= Beginning of Section =
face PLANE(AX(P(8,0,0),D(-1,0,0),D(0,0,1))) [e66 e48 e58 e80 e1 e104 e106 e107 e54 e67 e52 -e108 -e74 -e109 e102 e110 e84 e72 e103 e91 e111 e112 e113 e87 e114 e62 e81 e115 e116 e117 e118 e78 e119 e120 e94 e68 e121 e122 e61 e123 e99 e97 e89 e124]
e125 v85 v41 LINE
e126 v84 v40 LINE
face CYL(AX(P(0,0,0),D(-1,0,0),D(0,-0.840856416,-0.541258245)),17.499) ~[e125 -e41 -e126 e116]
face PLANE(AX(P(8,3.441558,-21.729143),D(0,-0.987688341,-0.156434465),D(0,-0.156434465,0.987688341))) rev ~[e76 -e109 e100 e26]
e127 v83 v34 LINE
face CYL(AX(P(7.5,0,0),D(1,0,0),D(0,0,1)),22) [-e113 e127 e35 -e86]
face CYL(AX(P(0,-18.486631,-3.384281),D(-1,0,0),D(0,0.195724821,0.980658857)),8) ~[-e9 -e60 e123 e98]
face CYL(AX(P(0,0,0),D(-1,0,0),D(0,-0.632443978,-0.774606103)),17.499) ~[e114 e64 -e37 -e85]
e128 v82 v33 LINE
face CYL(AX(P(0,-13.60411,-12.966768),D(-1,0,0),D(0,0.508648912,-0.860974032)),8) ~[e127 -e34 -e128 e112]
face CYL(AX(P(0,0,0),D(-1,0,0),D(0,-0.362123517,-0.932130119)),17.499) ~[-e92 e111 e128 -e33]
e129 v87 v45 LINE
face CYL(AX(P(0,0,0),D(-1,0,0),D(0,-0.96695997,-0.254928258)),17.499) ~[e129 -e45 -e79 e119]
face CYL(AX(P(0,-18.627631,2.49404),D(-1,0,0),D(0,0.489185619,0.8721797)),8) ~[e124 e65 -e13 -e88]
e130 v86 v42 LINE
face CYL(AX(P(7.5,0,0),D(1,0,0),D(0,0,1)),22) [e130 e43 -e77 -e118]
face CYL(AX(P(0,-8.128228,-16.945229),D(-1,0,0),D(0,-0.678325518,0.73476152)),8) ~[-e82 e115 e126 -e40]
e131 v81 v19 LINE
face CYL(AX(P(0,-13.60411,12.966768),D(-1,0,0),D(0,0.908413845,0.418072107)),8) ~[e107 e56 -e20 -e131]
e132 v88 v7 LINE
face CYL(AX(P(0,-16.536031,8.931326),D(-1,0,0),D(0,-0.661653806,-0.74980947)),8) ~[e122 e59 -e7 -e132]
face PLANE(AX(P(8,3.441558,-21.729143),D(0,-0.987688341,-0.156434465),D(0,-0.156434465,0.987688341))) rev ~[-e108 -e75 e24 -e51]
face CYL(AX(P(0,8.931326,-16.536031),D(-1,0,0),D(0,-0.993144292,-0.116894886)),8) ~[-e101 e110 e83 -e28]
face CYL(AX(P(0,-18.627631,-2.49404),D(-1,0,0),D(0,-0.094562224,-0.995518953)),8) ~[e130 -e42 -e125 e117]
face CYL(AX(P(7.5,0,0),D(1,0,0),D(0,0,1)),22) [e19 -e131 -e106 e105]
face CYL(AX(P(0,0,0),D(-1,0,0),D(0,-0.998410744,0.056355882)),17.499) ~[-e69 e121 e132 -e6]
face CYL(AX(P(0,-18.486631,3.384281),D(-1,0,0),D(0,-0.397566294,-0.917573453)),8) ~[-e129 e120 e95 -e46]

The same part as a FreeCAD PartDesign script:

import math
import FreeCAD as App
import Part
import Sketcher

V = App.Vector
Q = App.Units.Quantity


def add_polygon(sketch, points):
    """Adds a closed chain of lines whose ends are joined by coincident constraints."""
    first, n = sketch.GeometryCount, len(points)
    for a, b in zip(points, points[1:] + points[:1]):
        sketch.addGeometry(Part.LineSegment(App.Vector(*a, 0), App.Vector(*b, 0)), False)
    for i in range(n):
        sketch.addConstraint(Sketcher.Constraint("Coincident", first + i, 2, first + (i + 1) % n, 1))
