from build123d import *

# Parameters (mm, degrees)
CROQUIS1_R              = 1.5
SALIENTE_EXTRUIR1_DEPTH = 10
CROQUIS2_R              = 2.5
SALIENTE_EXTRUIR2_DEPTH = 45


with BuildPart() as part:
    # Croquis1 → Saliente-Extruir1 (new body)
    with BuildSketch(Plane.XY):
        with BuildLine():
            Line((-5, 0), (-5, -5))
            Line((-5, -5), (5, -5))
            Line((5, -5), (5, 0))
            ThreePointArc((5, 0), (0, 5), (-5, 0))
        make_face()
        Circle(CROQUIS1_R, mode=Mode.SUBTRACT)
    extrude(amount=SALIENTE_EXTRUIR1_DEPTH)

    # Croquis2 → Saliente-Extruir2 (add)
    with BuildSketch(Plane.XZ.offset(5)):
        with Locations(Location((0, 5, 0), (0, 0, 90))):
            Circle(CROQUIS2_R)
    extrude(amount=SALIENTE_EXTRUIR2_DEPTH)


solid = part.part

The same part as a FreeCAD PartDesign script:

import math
import FreeCAD as App
import Part
import Sketcher

doc = App.newDocument("Part")
params = doc.addObject("Spreadsheet::Sheet", "Params")
for row, (alias, value) in enumerate([
    ("sketch1_diameter", "3 mm"),
    ("sketch1_radius", "5 mm"),
    ("sketch1_height", "5 mm"),
    ("pad1_length", "10 mm"),
    ("sketch2_diameter", "5 mm"),
    ("pad2_length", "45 mm"),
], start=1):
    params.set(f"A{row}", alias)
    params.set(f"B{row}", "=" + value)
    params.setAlias(f"B{row}", alias)

body = doc.addObject("PartDesign::Body", "Body")

# Sketch on XY plane
sketch1 = doc.addObject("Sketcher::SketchObject", "Sketch")
body.addObject(sketch1)
sketch1.AttachmentSupport = (doc.XY_Plane, [""])
sketch1.MapMode = "FlatFace"
sketch1.addGeometry(Part.LineSegment(App.Vector(-5, 0, 0), App.Vector(-5, -5, 0)), False)
sketch1.addGeometry(Part.LineSegment(App.Vector(-5, -5, 0), App.Vector(5, -5, 0)), False)
sketch1.addGeometry(Part.LineSegment(App.Vector(5, -5, 0), App.Vector(5, 0, 0)), False)
sketch1.addGeometry(Part.ArcOfCircle(Part.Circle(App.Vector(0, 0, 0), App.Vector(0, 0, 1), 5), math.radians(0), math.radians(180)), False)
sketch1.addGeometry(Part.Circle(App.Vector(0, 0, 0), App.Vector(0, 0, 1), 1.5), False)
sketch1.addConstraint(Sketcher.Constraint("Coincident", 0, 2, 1, 1))
sketch1.addConstraint(Sketcher.Constraint("Coincident", 1, 2, 2, 1))
sketch1.addConstraint(Sketcher.Constraint("Tangent", 2, 2, 3, 1))
sketch1.addConstraint(Sketcher.Constraint("Tangent", 3, 2, 0, 1))
sketch1.addConstraint(Sketcher.Constraint("Vertical", 0))
sketch1.addConstraint(Sketcher.Constraint("Horizontal", 1))
sketch1.addConstraint(Sketcher.Constraint("Vertical", 2))
sketch1.addConstraint(Sketcher.Constraint("Coincident", 3, 3, -1, 1))
sketch1.addConstraint(Sketcher.Constraint("Coincident", 4, 3, -1, 1))
sketch1.addConstraint(Sketcher.Constraint("Diameter", 4, 3.0))
sketch1.addConstraint(Sketcher.Constraint("Radius", 3, 5.0))
sketch1.addConstraint(Sketcher.Constraint("DistanceY", 0, 2, 0, 1, 5.0))
sketch1.setExpression("Constraints[9]", "Params.sketch1_diameter")
sketch1.setExpression("Constraints[10]", "Params.sketch1_radius")
sketch1.setExpression("Constraints[11]", "Params.sketch1_height")
pad1 = doc.addObject("PartDesign::Pad", "Pad")
body.addObject(pad1)
pad1.Profile = sketch1
pad1.setExpression("Length", "Params.pad1_length")

# Sketch on XZ plane
sketch2 = doc.addObject("Sketcher::SketchObject", "Sketch001")
body.addObject(sketch2)
sketch2.AttachmentSupport = (doc.XZ_Plane, [""])
sketch2.MapMode = "FlatFace"
sketch2.AttachmentOffset = App.Placement(App.Vector(0, 0, 5), App.Rotation())
sketch2.addGeometry(Part.Circle(App.Vector(0, 5, 0), App.Vector(0, 0, 1), 2.5), False)
sketch2.addConstraint(Sketcher.Constraint("PointOnObject", 0, 3, -2))
sketch2.addConstraint(Sketcher.Constraint("Diameter", 0, 5.0))
sketch2.addConstraint(Sketcher.Constraint("DistanceY", -1, 1, 0, 3, 5.0))
sketch2.setExpression("Constraints[1]", "Params.sketch2_diameter")
pad2 = doc.addObject("PartDesign::Pad", "Pad001")
body.addObject(pad2)
pad2.Profile = sketch2
pad2.setExpression("Length", "Params.pad2_length")

doc.recompute()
= End of Section =
__EXERCISE PROMPT__
Everything from the first line above through the line that contains "e121 e132 -e6]" should be duplicated exactly, please, and nothing beyond it.

__EXPECTED OUTPUT__
face PLANE(AX(P(8,0,0),D(-1,0,0),D(0,0,1))) [e66 e48 e58 e80 e1 e104 e106 e107 e54 e67 e52 -e108 -e74 -e109 e102 e110 e84 e72 e103 e91 e111 e112 e113 e87 e114 e62 e81 e115 e116 e117 e118 e78 e119 e120 e94 e68 e121 e122 e61 e123 e99 e97 e89 e124]
e125 v85 v41 LINE
e126 v84 v40 LINE
face CYL(AX(P(0,0,0),D(-1,0,0),D(0,-0.840856416,-0.541258245)),17.499) ~[e125 -e41 -e126 e116]
face PLANE(AX(P(8,3.441558,-21.729143),D(0,-0.987688341,-0.156434465),D(0,-0.156434465,0.987688341))) rev ~[e76 -e109 e100 e26]
e127 v83 v34 LINE
face CYL(AX(P(7.5,0,0),D(1,0,0),D(0,0,1)),22) [-e113 e127 e35 -e86]
face CYL(AX(P(0,-18.486631,-3.384281),D(-1,0,0),D(0,0.195724821,0.980658857)),8) ~[-e9 -e60 e123 e98]
face CYL(AX(P(0,0,0),D(-1,0,0),D(0,-0.632443978,-0.774606103)),17.499) ~[e114 e64 -e37 -e85]
e128 v82 v33 LINE
face CYL(AX(P(0,-13.60411,-12.966768),D(-1,0,0),D(0,0.508648912,-0.860974032)),8) ~[e127 -e34 -e128 e112]
face CYL(AX(P(0,0,0),D(-1,0,0),D(0,-0.362123517,-0.932130119)),17.499) ~[-e92 e111 e128 -e33]
e129 v87 v45 LINE
face CYL(AX(P(0,0,0),D(-1,0,0),D(0,-0.96695997,-0.254928258)),17.499) ~[e129 -e45 -e79 e119]
face CYL(AX(P(0,-18.627631,2.49404),D(-1,0,0),D(0,0.489185619,0.8721797)),8) ~[e124 e65 -e13 -e88]
e130 v86 v42 LINE
face CYL(AX(P(7.5,0,0),D(1,0,0),D(0,0,1)),22) [e130 e43 -e77 -e118]
face CYL(AX(P(0,-8.128228,-16.945229),D(-1,0,0),D(0,-0.678325518,0.73476152)),8) ~[-e82 e115 e126 -e40]
e131 v81 v19 LINE
face CYL(AX(P(0,-13.60411,12.966768),D(-1,0,0),D(0,0.908413845,0.418072107)),8) ~[e107 e56 -e20 -e131]
e132 v88 v7 LINE
face CYL(AX(P(0,-16.536031,8.931326),D(-1,0,0),D(0,-0.661653806,-0.74980947)),8) ~[e122 e59 -e7 -e132]
face PLANE(AX(P(8,3.441558,-21.729143),D(0,-0.987688341,-0.156434465),D(0,-0.156434465,0.987688341))) rev ~[-e108 -e75 e24 -e51]
face CYL(AX(P(0,8.931326,-16.536031),D(-1,0,0),D(0,-0.993144292,-0.116894886)),8) ~[-e101 e110 e83 -e28]
face CYL(AX(P(0,-18.627631,-2.49404),D(-1,0,0),D(0,-0.094562224,-0.995518953)),8) ~[e130 -e42 -e125 e117]
face CYL(AX(P(7.5,0,0),D(1,0,0),D(0,0,1)),22) [e19 -e131 -e106 e105]
face CYL(AX(P(0,0,0),D(-1,0,0),D(0,-0.998410744,0.056355882)),17.499) ~[-e69 e121 e132 -e6]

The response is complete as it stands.